What happens if you take a huge cross-section of the world’s news (The GDELT Project), mix it with the biggest online discussion website, and try to predict what drives the online conversation about the news on Reddit? Is it the author of the news article, the publication time, the title, the contents of the post? Could it be the submitter on the discussion board or the sub-forum where the news was posted to?

One natural hypothesis to make is that the contents of a news article will influence the subreddit that this news post will end up being posted in. That’s a logical thing to assume, but is there proof, and if so, can we get a list of topics and correlate them with subreddits? In addition to the subreddit, can we deduce the factors that will drive the highest number of participants on the discussion thread, and the highest number of comments?

What’s the use of these insights? Imagine a news publisher or a marketing person who wants to see more engagement with the content that they are creating. Knowing what engages your audience can drive up your page views and ultimately revenue. And if you are a researcher who is tracking how news is being disseminated across various audiences, having this understanding will help you too.

A prediction task such as this one is a prime candidate for Machine Learning, and TensorFlow is the authoritative framework for training ML models and running predictions. In a sense, GDELT’s catalog of news coverage and Reddit discussions are a match made in heaven, because GDELT has the features, the inputs, for training models and Reddit has the labels, or the outputs of predictions. GDELT has articles indexed by the article URL and attributes such as Title, Author, Publication Date, the full content of the article etc. Reddit also has the article URL, but in addition to that brings the submitter of the article to the board, the subreddit (topic area), and all of the comments that the users of Reddit have created based on the submission.

As we went about building the TensorFlow model for this prediction task, we had to first assemble the dataset from which TensorFlow would be able to learn. In this multi-part blog series we will first explain how we built this input dataset, bringing GDELT and Reddit data together, and then we will explore training and predicting of outcomes.

Our first task was to place the GDELT and Reddit data into a database that was easy to query. BigQuery was the natural choice here. There are GDELT and Reddit BigQuery datasets already, but we wanted to do a deeper sentiment analysis on the raw content of news articles and Reddit posts and comments, and for that we used the Dataflow Opinion Analysis project (github repo) we wrote about earlier.

Back in June 2017 Reza Rokni and John LaBarge — two GCP solutions architects — shared their best practices for developing production-quality Dataflow pipelines in a two-part blog series (blog 1, and blog 2). As we were solidifying the design for our data preparation pipeline, we used several of these best practices to future-proof our opinion analysis infrastructure. The rest of the article will explain in more detail how we applied these Dataflow design practices to the data problems we encountered in building our training dataset.

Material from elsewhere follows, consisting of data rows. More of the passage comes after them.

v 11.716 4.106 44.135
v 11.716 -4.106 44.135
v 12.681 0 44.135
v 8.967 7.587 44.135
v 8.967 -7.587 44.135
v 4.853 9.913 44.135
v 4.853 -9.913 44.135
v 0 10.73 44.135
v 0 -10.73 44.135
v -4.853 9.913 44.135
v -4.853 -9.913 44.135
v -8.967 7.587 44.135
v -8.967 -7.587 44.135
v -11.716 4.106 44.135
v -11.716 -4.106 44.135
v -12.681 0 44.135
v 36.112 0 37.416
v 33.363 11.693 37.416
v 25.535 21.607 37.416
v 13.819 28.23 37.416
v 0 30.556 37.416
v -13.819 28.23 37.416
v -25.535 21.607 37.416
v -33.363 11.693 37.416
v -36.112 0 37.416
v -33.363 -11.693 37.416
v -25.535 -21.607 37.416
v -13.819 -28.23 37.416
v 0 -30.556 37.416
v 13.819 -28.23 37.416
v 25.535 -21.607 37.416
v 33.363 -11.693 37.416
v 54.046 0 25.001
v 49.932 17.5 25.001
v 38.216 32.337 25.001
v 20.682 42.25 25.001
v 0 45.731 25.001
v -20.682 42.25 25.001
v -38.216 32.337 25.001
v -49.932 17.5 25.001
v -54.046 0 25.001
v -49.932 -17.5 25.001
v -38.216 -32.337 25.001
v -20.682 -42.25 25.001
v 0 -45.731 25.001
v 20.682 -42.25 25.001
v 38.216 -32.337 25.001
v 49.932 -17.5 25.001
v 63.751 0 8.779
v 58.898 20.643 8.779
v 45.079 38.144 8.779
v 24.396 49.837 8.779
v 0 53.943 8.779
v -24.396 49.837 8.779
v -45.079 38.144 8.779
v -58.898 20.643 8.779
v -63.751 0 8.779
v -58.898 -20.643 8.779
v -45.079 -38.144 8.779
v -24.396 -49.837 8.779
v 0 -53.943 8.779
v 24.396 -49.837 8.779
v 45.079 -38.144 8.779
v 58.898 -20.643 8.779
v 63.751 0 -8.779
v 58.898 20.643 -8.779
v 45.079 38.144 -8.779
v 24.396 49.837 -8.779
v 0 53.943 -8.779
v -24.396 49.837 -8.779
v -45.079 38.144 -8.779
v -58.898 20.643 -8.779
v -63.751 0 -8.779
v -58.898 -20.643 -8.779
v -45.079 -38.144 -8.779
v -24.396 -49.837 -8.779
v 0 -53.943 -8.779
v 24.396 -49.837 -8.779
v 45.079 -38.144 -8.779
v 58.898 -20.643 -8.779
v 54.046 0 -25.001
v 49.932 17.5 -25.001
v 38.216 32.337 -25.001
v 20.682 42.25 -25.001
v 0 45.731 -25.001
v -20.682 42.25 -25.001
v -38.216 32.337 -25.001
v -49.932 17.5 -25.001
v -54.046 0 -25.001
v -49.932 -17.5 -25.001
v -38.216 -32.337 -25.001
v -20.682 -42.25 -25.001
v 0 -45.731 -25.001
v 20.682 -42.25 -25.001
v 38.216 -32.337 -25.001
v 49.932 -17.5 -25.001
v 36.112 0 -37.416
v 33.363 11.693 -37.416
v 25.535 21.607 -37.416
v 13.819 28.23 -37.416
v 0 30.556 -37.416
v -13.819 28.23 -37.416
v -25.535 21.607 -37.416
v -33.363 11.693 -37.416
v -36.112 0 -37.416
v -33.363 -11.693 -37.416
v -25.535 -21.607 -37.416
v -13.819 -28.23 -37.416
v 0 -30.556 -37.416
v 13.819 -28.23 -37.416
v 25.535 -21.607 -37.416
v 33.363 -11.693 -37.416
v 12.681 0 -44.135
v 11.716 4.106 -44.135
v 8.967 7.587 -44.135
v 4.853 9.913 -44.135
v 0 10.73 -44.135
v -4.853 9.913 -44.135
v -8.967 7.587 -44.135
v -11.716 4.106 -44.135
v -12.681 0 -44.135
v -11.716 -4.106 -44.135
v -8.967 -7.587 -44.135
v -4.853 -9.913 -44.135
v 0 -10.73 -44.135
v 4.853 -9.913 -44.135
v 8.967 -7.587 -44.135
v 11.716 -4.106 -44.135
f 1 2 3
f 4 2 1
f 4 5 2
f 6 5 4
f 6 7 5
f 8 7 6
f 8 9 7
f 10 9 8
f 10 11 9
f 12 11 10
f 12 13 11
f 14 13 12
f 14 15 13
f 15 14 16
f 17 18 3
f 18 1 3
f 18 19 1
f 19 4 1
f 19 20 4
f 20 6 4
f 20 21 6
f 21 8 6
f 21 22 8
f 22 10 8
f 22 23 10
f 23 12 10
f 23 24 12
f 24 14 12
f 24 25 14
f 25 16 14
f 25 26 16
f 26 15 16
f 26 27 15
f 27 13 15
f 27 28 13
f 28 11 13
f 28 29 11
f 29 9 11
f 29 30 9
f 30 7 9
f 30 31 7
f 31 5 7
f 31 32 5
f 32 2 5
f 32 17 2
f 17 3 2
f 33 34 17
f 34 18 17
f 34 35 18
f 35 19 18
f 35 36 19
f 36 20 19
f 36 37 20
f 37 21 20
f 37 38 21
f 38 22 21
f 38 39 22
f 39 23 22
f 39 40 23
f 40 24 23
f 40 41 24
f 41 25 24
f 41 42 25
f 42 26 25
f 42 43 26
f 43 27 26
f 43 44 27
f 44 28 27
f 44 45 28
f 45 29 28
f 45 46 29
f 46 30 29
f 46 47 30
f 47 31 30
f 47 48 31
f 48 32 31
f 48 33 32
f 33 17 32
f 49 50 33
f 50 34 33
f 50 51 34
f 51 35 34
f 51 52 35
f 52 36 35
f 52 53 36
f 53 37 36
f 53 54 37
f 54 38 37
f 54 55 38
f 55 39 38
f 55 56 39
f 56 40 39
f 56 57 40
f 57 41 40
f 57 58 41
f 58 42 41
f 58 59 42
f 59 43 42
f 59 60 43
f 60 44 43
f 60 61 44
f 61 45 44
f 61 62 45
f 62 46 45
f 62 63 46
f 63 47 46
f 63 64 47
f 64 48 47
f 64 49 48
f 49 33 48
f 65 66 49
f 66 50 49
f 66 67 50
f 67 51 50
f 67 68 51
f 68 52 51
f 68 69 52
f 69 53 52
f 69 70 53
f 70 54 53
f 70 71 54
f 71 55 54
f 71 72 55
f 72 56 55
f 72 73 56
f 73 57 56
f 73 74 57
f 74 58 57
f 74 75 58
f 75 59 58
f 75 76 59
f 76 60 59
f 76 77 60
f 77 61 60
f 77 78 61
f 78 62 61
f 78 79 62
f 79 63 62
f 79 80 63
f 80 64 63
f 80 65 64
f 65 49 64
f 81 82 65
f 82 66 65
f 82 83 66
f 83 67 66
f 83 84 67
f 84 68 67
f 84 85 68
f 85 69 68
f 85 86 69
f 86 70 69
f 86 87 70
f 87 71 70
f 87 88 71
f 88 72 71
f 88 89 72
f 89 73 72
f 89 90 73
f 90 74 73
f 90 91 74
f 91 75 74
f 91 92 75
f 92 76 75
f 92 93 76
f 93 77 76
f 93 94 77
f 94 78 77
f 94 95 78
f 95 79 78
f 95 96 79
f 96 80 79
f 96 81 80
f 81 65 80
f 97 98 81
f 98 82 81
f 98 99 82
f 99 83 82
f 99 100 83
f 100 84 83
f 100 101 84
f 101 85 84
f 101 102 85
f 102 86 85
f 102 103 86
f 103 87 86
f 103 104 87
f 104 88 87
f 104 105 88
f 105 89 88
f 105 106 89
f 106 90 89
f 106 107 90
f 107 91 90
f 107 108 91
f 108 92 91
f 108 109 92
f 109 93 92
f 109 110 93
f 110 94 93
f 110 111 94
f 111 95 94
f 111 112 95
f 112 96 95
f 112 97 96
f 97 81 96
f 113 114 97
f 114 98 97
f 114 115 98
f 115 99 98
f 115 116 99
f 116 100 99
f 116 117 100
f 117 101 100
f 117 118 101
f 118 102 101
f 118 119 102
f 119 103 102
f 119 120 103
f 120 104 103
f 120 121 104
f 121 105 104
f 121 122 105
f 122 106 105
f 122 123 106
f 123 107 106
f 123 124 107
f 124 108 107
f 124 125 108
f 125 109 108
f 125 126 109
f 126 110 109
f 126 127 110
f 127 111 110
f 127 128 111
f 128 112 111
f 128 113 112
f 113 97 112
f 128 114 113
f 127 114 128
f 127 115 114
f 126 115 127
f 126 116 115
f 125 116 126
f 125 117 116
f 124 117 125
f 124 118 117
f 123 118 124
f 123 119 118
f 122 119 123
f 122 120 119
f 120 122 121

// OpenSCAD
// Generated by SolidPython 1.0.1 on 2020-07-29 00:46:50


scale(v = [13, 11, 9]) {
	sphere(r = 5);
}
/***********************************************
*********      SolidPython code:      **********
************************************************
 
# import packages: SolidPython
from solid import *
from solid.utils import *
from itertools import chain, combinations, permutations


class Resize:

    def __init__(self, scad_file):
        self.scad_file = scad_file
        #self.scad_file = import_scad(scad_file)
        # cone/cylinder param:
        self.r1 = 0
        self.r2 = 0
        self.h = 0
        # rectangular prism param:
        self.w = 0
        self.l = 0
        # ellipse param:
        self.r = 0

    # import OpenScad code (file name corresponds to shape)


    # classify shape + parameters
    def assign(self, param1, param2, param3):
        if self.scad_file == 'cone.scad':
            self.r1 = param1
            self.r2 = param2
            self.h = param3
        elif self.scad_file == 'cylinder.scad':
            self.r1 = param1
            self.r2 = param2
            self.h = param3
        elif self.scad_file == 'rectangularPrism.scad':
            self.h = param1
            self.l = param2
            self.w = param3
        else:
            self.r = param1
            self.h = param2

    # resize parameters
    def iterate(self):
        x = range(3, 20, 2)
        i = 1
        if self.scad_file == 'cone.scad':
            tempList = list(permutations(x, 2))
            for temp in tempList:
                param1 = temp[0]
                param2 = temp[1]
                filepath = 'produced_scad_files/' + 'cone' + str(param1) + '_' + str(param2) + '_' + '.scad'
                scad_render_to_file(cylinder(h=param1, r1=param2, r2=0), filepath)

        elif self.scad_file == 'cylinder.scad':
            tempList = list(permutations(x, 3))
            for temp in tempList:
                param1 = temp[0]
                param2 = temp[1]
                filepath = 'produced_scad_files/' + 'cylinder' + str(param1) + '_' + str(param2) + '_' + '.scad'
                scad_render_to_file(cylinder(h=param1, r1=param2, r2=param2), filepath)

        elif self.scad_file == 'rectangularPrism.scad':
            tempList = list(permutations(x, 3))
            for temp in tempList:
                param1 = temp[0]
                param2 = temp[1]
                param3 = temp[2]
                filepath = 'produced_scad_files/' + 'rectangularPrism' + str(param1) + '_' + str(param2) + '_' + str(
                    param3) + '.scad'
                scad_render_to_file(cube(size=(param1, param2, param3)), filepath)

        elif self.scad_file == 'ellipse.scad':
            tempList = list(permutations(x, 4))
            for temp in tempList:
                param1 = temp[0]
                param2 = temp[1]
                param3 = temp[2]
                param4 = temp[3]
                filepath = 'produced_scad_files/' + 'ellipse' + str(param1) + '_' + str(param2) + '_' + str(param3) + '_' + str(param4) + '.scad'
                scad_render_to_file(scale([param1, param2, param3])(sphere(r=param4)), filepath)

    def render_to_scadfile(self):
        scad_render_to_file(scad, 'example.scad') 
 
************************************************/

The top 10 design patterns for Dataflow can be roughly divided according to the regular lifecycle of a Dataflow pipeline:

  • Orchestrating the execution of a pipeline
  • Onboarding external data
  • Joining data
  • Analyzing data and
  • Writing data

We used patterns in almost every of the above categories. For onboarding external data, we used an external service access pattern that allowed us to call to Cloud NLP to enrich our dataset with additional subject information. For joining the Reddit posts and comments, we used the CoGroupByKey pattern. When performing data analysis, we relied on the GroupByKey pattern for key classes with multiple properties. And, lastly, when dealing with invalid or misformed input data, we implemented a Bigtable sink that collected invalid input records according to the Dead Letter queue pattern.

Let’s dive deeper into how these patterns helped us assemble our training dataset.

As we mentioned before, we sourced half of our training set (the features) from GDELT using files in gzipped JSON format. The other half of our training set (the labels) are Reddit posts and their comments, available in a BigQuery dataset in two tables: posts and comments. We wanted to run both the GDELT news articles and the Reddit posts/comments through a very similar processing pipeline, extracting subjects and sentiments from both of them, and storing the results in BigQuery. We therefore wrote a Dataflow pipeline that can change its input source depending on a parameter we pass to the job, but does all the downstream processing in the same way. Ultimately, we ended up with two BigQuery datasets that had the same schema, and that we could join with each other via the URL of the news article post using BiqQuery’s SQL.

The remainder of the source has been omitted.